Anyone who pays even a passing attention to opinion polls will have heard about the margin of error. For those of us who use social media regularly, it’s very often cited by someone trying to downplay a poll move or finding that’s unfavourable to their party or preferred narrative.
But it represents something important – the uncertainty that comes with estimating the levels of or changes in public opinion (or, in fact, anything) from a sample of the population rather than a census. And yet, for all that the margin of error is cited, it remains poorly understood. I’m going to try and demystify it a bit.
First, what is the margin of error? Here’s an example to explain. Suppose that exactly half the population love Marmite and the other half hate it. If I were to pick 1,000 people at random and ask them whether they love or hate Marmite, then assuming all 1,000 answer (and answer truthfully), then about 500 of them should say that they love Marmite. It might actually be 489 or 507. But even if we didn’t know that the “right” answer were 50 per cent of the population, we’d have a pretty good idea just from the results of this sample.
In fact, it can be shown mathematically that 95 times out of 100, the population mean (the “right” answer) will fall within 3.1 percentage points of the sample mean (the survey result) for a sample of 1,000. In other words, if our sample contained 489 Marmite lovers (48.9 per cent of the sample) we can be 95 per cent sure that they make up something between 45.8 and 52 per cent of the population.
That’s why the unpleasant person sometimes encountered on Twitter saying “There’s no way 1,000 people can be representative of the population” is wrong. A sample of 1,000 does provide this level of accuracy, provided the condition of randomness is met. Larger samples provide greater accuracy, but with diminishing returns. Of course, samples sometimes aren’t representative, but in those cases, it’s because the samples are not random – something that depends on sample quality (and ultimately methodology), not quantity.
It’s also worth remembering that not all points within the range defined by the margin of error are equally likely. For a sample of 1,000, there’s a 68 per cent chance that the truth lies within 1.6 points of the survey result (in other words, half the margin of error).

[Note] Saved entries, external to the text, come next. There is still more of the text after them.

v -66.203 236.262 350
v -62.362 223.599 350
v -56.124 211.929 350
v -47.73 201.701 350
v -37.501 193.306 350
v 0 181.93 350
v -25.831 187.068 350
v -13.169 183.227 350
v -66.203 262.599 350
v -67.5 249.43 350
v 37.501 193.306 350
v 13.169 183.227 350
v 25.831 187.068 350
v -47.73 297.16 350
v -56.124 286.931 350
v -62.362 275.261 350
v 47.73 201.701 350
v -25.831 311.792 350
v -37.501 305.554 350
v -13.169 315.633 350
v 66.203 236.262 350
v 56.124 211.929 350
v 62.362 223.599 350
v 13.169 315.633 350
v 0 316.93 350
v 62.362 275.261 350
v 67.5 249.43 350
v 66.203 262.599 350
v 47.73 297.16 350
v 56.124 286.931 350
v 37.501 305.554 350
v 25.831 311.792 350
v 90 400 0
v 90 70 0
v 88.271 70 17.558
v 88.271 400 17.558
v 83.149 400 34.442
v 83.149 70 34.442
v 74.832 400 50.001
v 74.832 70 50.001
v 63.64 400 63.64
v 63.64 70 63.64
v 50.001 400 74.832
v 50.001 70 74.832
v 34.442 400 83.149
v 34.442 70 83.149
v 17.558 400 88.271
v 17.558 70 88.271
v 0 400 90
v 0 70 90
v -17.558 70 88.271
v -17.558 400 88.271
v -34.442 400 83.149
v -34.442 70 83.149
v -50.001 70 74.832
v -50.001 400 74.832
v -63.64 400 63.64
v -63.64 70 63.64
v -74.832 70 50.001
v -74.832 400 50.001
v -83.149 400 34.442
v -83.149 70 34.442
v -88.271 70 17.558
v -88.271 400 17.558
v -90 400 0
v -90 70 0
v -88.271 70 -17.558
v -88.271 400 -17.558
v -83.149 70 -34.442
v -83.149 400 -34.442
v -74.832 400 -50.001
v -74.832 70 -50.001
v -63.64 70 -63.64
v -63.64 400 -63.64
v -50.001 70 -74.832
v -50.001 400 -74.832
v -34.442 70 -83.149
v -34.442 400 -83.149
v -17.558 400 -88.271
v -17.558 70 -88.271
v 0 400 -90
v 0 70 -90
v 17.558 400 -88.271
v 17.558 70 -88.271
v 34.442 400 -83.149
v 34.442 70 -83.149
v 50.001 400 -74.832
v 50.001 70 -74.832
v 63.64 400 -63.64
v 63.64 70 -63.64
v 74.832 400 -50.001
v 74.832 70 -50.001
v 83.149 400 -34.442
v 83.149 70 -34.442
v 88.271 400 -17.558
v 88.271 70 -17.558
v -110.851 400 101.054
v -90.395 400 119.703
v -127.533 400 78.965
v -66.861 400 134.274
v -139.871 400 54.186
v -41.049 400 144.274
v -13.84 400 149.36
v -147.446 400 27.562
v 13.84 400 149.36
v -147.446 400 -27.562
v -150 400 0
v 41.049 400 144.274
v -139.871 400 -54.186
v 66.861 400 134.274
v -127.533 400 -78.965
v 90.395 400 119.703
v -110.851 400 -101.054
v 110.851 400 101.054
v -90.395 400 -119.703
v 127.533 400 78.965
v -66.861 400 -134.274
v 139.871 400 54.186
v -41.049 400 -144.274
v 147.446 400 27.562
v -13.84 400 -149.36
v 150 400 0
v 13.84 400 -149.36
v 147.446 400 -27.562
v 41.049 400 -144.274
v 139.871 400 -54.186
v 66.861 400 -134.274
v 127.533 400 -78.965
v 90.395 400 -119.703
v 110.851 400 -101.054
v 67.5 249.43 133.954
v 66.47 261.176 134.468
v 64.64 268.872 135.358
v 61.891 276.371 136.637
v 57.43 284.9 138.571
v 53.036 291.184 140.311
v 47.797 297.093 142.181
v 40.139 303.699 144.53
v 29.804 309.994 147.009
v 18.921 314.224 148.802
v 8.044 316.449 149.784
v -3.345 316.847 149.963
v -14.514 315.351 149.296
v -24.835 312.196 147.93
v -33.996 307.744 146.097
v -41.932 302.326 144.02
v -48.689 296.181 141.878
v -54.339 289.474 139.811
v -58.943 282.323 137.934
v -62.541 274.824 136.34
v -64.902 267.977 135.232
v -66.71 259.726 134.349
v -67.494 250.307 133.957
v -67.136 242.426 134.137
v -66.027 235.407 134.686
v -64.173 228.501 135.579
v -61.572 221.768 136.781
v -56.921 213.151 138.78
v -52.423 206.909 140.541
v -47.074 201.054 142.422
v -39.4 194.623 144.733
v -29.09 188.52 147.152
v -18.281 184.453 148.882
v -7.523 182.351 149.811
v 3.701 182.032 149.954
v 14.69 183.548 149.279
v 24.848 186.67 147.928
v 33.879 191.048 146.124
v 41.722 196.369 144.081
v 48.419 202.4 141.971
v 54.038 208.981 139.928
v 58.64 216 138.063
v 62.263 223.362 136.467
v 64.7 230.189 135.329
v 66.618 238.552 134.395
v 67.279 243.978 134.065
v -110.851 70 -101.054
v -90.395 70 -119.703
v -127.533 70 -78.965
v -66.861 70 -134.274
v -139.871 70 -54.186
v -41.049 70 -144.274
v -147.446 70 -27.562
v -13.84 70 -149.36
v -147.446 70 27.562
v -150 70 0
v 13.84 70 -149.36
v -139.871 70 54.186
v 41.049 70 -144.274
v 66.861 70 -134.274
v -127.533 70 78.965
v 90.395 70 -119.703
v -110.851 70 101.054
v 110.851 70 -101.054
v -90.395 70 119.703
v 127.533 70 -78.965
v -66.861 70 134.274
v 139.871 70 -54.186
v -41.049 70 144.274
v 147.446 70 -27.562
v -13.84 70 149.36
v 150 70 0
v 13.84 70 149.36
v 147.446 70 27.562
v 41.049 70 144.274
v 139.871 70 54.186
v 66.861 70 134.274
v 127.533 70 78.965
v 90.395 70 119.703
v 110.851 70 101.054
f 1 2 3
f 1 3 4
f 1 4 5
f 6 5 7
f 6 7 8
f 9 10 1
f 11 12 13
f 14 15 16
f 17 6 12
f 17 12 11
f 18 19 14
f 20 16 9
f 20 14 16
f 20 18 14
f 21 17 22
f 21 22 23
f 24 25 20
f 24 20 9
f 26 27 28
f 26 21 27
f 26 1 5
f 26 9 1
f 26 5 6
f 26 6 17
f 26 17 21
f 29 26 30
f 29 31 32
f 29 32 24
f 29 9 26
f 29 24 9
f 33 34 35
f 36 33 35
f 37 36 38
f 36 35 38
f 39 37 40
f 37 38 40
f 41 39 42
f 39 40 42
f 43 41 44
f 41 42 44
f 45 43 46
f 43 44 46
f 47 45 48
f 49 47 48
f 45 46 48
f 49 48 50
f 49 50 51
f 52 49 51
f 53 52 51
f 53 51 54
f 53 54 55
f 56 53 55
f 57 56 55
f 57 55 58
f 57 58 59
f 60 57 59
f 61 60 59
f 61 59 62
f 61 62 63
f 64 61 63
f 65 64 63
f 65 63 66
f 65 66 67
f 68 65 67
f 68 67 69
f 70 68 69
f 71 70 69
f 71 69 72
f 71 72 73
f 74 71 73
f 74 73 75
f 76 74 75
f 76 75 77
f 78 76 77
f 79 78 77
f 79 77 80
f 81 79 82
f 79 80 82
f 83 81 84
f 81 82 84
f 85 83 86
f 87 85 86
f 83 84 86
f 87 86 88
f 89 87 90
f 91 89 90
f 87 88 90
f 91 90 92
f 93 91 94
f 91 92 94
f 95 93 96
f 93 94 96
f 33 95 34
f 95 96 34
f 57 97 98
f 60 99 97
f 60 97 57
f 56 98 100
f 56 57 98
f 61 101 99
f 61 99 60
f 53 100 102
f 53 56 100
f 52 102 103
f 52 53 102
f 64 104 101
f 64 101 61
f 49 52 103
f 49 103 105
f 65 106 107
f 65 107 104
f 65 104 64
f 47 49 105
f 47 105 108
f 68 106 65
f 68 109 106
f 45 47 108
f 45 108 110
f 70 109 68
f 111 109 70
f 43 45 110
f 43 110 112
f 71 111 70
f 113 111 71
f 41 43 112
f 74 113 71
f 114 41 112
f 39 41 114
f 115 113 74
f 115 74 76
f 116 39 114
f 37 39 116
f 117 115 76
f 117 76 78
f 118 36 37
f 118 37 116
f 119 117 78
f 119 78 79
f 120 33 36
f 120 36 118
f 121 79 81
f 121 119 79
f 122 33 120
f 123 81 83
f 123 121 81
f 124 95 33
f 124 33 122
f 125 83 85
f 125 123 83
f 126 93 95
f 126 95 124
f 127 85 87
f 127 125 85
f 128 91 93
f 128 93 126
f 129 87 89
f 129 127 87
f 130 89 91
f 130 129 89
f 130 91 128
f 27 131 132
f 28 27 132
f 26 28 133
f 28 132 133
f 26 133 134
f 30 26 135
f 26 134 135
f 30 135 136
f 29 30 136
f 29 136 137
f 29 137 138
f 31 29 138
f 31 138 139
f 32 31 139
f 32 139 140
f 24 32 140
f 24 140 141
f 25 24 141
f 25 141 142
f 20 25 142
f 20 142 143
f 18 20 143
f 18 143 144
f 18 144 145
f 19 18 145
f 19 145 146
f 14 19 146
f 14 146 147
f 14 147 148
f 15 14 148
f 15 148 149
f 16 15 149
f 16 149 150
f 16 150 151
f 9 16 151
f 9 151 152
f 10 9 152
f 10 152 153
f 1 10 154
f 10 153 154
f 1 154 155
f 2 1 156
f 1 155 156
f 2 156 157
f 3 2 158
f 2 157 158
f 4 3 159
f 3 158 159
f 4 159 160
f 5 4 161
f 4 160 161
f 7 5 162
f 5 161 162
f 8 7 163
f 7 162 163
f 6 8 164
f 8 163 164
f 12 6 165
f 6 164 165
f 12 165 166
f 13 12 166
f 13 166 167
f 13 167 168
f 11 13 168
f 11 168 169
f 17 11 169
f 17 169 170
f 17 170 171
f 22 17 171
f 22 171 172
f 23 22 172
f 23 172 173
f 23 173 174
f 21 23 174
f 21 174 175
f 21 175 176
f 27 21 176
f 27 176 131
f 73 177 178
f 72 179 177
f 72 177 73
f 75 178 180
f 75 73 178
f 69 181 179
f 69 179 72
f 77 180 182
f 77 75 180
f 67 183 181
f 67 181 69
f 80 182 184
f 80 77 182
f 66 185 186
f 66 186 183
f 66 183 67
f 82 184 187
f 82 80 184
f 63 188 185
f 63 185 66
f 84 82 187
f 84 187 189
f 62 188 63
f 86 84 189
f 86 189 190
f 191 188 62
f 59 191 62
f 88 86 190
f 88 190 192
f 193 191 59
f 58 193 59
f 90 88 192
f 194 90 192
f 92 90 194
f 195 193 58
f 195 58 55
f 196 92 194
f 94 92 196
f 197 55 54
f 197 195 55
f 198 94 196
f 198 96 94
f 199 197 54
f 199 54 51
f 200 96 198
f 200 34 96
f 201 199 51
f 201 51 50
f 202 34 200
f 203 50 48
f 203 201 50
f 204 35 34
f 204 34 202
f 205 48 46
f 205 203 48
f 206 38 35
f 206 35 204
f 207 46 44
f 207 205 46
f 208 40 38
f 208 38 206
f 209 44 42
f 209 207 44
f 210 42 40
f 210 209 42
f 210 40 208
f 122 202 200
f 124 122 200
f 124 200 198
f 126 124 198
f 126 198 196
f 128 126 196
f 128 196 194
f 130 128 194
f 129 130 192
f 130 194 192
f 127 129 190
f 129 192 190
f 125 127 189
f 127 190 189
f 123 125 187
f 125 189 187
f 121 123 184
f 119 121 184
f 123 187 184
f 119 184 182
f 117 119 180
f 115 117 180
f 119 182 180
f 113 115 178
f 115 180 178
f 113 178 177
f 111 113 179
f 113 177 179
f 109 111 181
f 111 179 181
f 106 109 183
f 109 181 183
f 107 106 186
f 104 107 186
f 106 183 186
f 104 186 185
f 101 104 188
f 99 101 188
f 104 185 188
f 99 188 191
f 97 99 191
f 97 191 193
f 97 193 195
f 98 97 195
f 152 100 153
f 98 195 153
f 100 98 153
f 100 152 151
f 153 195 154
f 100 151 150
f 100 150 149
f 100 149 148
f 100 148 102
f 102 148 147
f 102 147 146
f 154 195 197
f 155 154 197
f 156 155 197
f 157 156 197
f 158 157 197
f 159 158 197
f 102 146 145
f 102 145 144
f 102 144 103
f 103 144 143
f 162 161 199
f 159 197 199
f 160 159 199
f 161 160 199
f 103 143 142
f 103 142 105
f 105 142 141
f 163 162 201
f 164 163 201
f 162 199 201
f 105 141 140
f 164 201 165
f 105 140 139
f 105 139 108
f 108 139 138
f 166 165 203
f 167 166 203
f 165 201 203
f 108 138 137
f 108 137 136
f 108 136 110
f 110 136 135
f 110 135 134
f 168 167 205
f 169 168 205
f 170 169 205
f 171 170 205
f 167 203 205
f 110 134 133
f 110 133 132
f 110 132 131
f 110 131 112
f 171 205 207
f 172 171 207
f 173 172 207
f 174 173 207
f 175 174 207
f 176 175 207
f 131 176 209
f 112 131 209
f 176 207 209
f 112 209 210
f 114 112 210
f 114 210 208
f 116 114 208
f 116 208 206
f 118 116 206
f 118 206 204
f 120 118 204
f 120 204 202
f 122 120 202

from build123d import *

# Parameters (mm, degrees)
SKETCH1_R           = 150
BOSS_EXTRUDE1_DEPTH = 500
SKETCH2_R           = 150
SKETCH2_R_2         = 90
CUT_EXTRUDE1_DEPTH  = 70
SKETCH4_R           = 67.5
BOSS_EXTRUDE2_DEPTH = 350
SKETCH5_R           = 150
CUT_EXTRUDE3_DEPTH  = 100
SKETCH6_R           = 90
CUT_EXTRUDE4_DEPTH  = 401.0000001


with BuildPart() as part:
    # Sketch1 → Boss-Extrude1 (new body)
    with BuildSketch(Plane(origin=(0, 0, 0), x_dir=(1, 0, 0), z_dir=(0, 1, 0))):
        Circle(SKETCH1_R)
    extrude(amount=BOSS_EXTRUDE1_DEPTH)

    # Sketch2 → Cut-Extrude1 (cut)
    with BuildSketch(Plane.XZ):
        Circle(SKETCH2_R)
        Circle(SKETCH2_R_2, mode=Mode.SUBTRACT)
    extrude(amount=-CUT_EXTRUDE1_DEPTH, mode=Mode.SUBTRACT)

    # Sketch4 → Boss-Extrude2 (add)
    with BuildSketch(Plane.XY):
        with Locations((0, 249.430268714)):
            Circle(SKETCH4_R)
    extrude(amount=BOSS_EXTRUDE2_DEPTH)

    # Sketch5 → Cut-Extrude3 (cut)
    with BuildSketch(Plane(origin=(0, 500, 0), x_dir=(1, 0, 0), z_dir=(0, 1, 0))):
        Circle(SKETCH5_R)
    extrude(amount=-CUT_EXTRUDE3_DEPTH, mode=Mode.SUBTRACT)

    # Sketch6 → Cut-Extrude4 (cut, through all)
    with BuildSketch(Plane.XZ):
        Circle(SKETCH6_R)
    extrude(amount=-CUT_EXTRUDE4_DEPTH, mode=Mode.SUBTRACT)


solid = part.part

That’s the theory. But what about the practice? Well, it’s not exactly a secret that in a number of recent elections and referendums, polls have been outside the margin of error rather more often than the 5 per cent of the time we’d expect for a perfect sample.
It’s therefore clear that the margin of error alone cannot account for the uncertainty around estimates of party vote shares. That’s because in addition to random error (which is what the margin of error quantifies), we also have to contend with non-random error.
Real world time and budget constraints mean that perfectly random poll samples do not exist. Samples may not represent the population in ways that matter, even after weighting and adjustments to make them more representative. This was the primary cause of the 2015 general election polling disaster.
And even with a representative sample, it’s hard to identify who is likely to vote. You can ask them, but people aren’t always good predictors of their own probability of casting a ballot, so an alternative is to look at past turnout patterns. Problems in this area have been identified as possible causes for the problems that some pollsters had in 2017. Another potential problem is that the “right” people may give the “wrong” answers.
This is usually more nuanced than people simply lying. At the 1992 general election, a significant component of the polling miss – which remains the biggest of all time at a UK election – was that voters who claimed to be unsure how they would vote broke very heavily for John Major and the Conservatives. Since a large majority of them had voted for Margaret Thatcher in 1987, the suspicion was that many were not genuinely undecided, but had in fact intended to vote Conservative all along – the Shy Tory Factor.